Hipopotamların(su aygırlarının) derilerindeki bezlerden salgılanan pembe bir sıvı, onları güneş yanıklarından korumaya yarar. Derinin altında, su aygırının vücudunun soğuk suyun altında bile sıcak kalmasını sağlayacak 5 cm. kalınlığında bir yağ tabakası bulunmaktadır.
su aygırlarını göstererek;
- peki bunlarla ilgili özel bir şey var mı ?
- bildiğim yalnızca ağızlarından gaz çıkarttıkları. çok fazla öpüşmediklerine eminim. !
(val kilmer'la adını bilmediğim bir oyuncu arasında geçen bir diyalog. the ghost and the darkness filminden)
her sene özellikle afrika'da kedigillerden bile daha çok insan öldüren hayvandır. Barışçıl değildir. kendileri-bölgeleri-yavruları tehlikede ise, ya da böyle sanıyorlarsa düşünmeden saldırırlar.
3 ton ağırlığındadırlar. karada da oldukça hızlı koşabilirler. derileri o kadar kalındır ki hemen hemen hiçbir hayvan tarafından avlanamazlar.

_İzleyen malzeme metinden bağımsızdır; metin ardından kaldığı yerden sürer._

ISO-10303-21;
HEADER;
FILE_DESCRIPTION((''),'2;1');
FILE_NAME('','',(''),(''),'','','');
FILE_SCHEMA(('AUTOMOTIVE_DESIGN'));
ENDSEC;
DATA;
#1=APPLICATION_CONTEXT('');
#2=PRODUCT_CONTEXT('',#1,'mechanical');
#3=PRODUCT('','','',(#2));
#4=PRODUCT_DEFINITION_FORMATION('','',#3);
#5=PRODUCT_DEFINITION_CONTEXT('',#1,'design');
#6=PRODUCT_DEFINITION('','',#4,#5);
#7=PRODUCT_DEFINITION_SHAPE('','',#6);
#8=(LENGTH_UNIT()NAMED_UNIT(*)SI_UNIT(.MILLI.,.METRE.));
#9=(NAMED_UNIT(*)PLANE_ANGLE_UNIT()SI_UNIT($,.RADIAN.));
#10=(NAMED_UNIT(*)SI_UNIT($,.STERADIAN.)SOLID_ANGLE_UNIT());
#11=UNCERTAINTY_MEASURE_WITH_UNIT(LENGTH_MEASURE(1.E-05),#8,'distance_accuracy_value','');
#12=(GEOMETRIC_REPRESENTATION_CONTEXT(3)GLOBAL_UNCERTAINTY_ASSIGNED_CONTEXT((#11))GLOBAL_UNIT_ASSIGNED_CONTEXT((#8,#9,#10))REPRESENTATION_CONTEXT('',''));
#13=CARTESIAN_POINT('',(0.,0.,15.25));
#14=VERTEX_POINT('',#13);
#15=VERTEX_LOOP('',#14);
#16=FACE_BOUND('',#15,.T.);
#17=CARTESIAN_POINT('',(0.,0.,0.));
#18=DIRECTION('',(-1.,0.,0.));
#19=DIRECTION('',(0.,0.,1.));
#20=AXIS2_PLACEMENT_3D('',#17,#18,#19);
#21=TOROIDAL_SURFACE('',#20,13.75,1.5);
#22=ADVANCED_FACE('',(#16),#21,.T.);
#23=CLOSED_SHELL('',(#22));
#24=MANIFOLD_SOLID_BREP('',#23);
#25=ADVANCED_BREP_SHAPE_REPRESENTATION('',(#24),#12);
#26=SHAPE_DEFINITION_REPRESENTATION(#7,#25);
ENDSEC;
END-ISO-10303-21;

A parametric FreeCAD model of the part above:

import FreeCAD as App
import Part
import Sketcher

doc = App.newDocument("Part")
body = doc.addObject("PartDesign::Body", "Body")

# Sketch on XY plane
sketch1 = body.newObject("Sketcher::SketchObject", "Sketch")
sketch1.AttachmentSupport = (doc.getObject("XY_Plane"), [""])
sketch1.MapMode = "FlatFace"
sketch1.addGeometry(Part.Circle(App.Vector(0, 13.8, 0), App.Vector(0, 0, 1), 1.5), False)
sketch1.addConstraint([
    Sketcher.Constraint("PointOnObject", 0, 3, -2),
    Sketcher.Constraint("Diameter", 0, 3.0),
    Sketcher.Constraint("DistanceY", -1, 1, 0, 3, 13.75),
])
revolution = body.newObject("PartDesign::Revolution", "Revolution")
revolution.Profile = sketch1
revolution.ReferenceAxis = (sketch1, ["H_Axis"])
revolution.Angle = 360

doc.recompute()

ağızlarını 150 derece kadar açabilirler, dişleri kurşunlara karşı koyacak kadar sağlamdır. o kadar kuvvetli ısırırlar ki 5 metrelik timsahları ikiye böldükleri kayıtlara geçmiştir.
o cüsseyle saaatte 56 kilometre ile koşabilen hayvan.ayrıca derilerinin antibiyotik özelliği bulunmaktadır o boklu derelerde bile yaralar çok zor enfeksiyon kapar.
ormanlar kralı aslan bile tahtından edecek kadar güçlü ve cüsseli bir hayvandır. diş saysı az olmasına ramen iddia edildiği gibi bir timsahı ya da aslanı ortadan ikiye bölecek kadar güçlü bir çene yapısına sahiptir. hatta yaşam alanlarına tecavüz eden insanları bile öldürdükleri olmuştur.
Yaklaşık 30-40 yıl kadar yaşarlar. Yaşamını suda geçirmesine rağmen iyi yüzemez. Suyun altında burun deliklerini kapatır ve genellikle yüzmek yerine yürümeyi tercih eder. Geceleri karaya çıkarak otlarla beslenir. Arka dişleri neredeyse bir beyzbol sopası kadar kalın ve uzundur. Bu büyük dişler 68 cm uzunluğunda ve 8 cm kalınlığında olabilir. Dişin büyük bir bölümü diş etinin altında yer alır.
en sert deriye sahip hayvanlardan biridir. aslan'a bile oyle kolay kolay yem olmaz. ayrica yaz aylarinda derisinin rengi onu gunes isinlarindan korumak icin pembeye doner. genelde 15 kisilik gruplar halinde dolasirlar.
--spoiler--
Hakim suçluya sorar:
- Bu adamı niçin dövdün?
- Bana su aygırı dedi efendim.
- Ne zaman?
- Tam bir yıl önce.
- Ama sen onu yeni dövmüşsün!
- Ben hiç su aygırı görmemiştim, geçen gün gördüm de!
--spoiler--
Bu koca hayvan bütün gününü, ekvator Afrikasının nehir veya göl sularında tembel tembel yüzmekle geçirir.
Kendini suyun kaldırma kuvvetine bıraktığı için, üç veya dört tonluk bir et, kemik ve yağ yığını olan vücudunu taşıması daha kolay olur.
Eski Yunanlılar bu hayvana, -nehir atı- anlamına gelen -hippospotamos- adını vermişlerdir. Aslında, attan çok, dört veya beş metre uzunluğunda bir domuza benzer. Bacakları çok kısadır. Bütün gövdesi yağla kaplı olduğundan suda çok rahat yüzer ve yalnız burun delikleri, küçük yuvarlak gözleri ve kulakları suyun üstünde kalır. Böylece ekvatorun kavurucu güneşine daha kolay dayanabilir.
En ilgi çekici yanı, suyun altında nefes almadan uzun süre kalabilmesidir. Bütün besini nehir veya göl kenarında yetişen otlar, sazlar ve bitki kökleridir. iri köpekdişlerinden her biri birkaç kilo gelir ve üzerlerindeki fildişi tabakası çok değerli sayılır. Su aygırı çok sık esner; bazen o koca ağzını açınca hayvanın dişleri arasında kalmış bitki artıklarını toplamak için küçük kuşların gelip korkusuzca ağzına girdikleri görülür.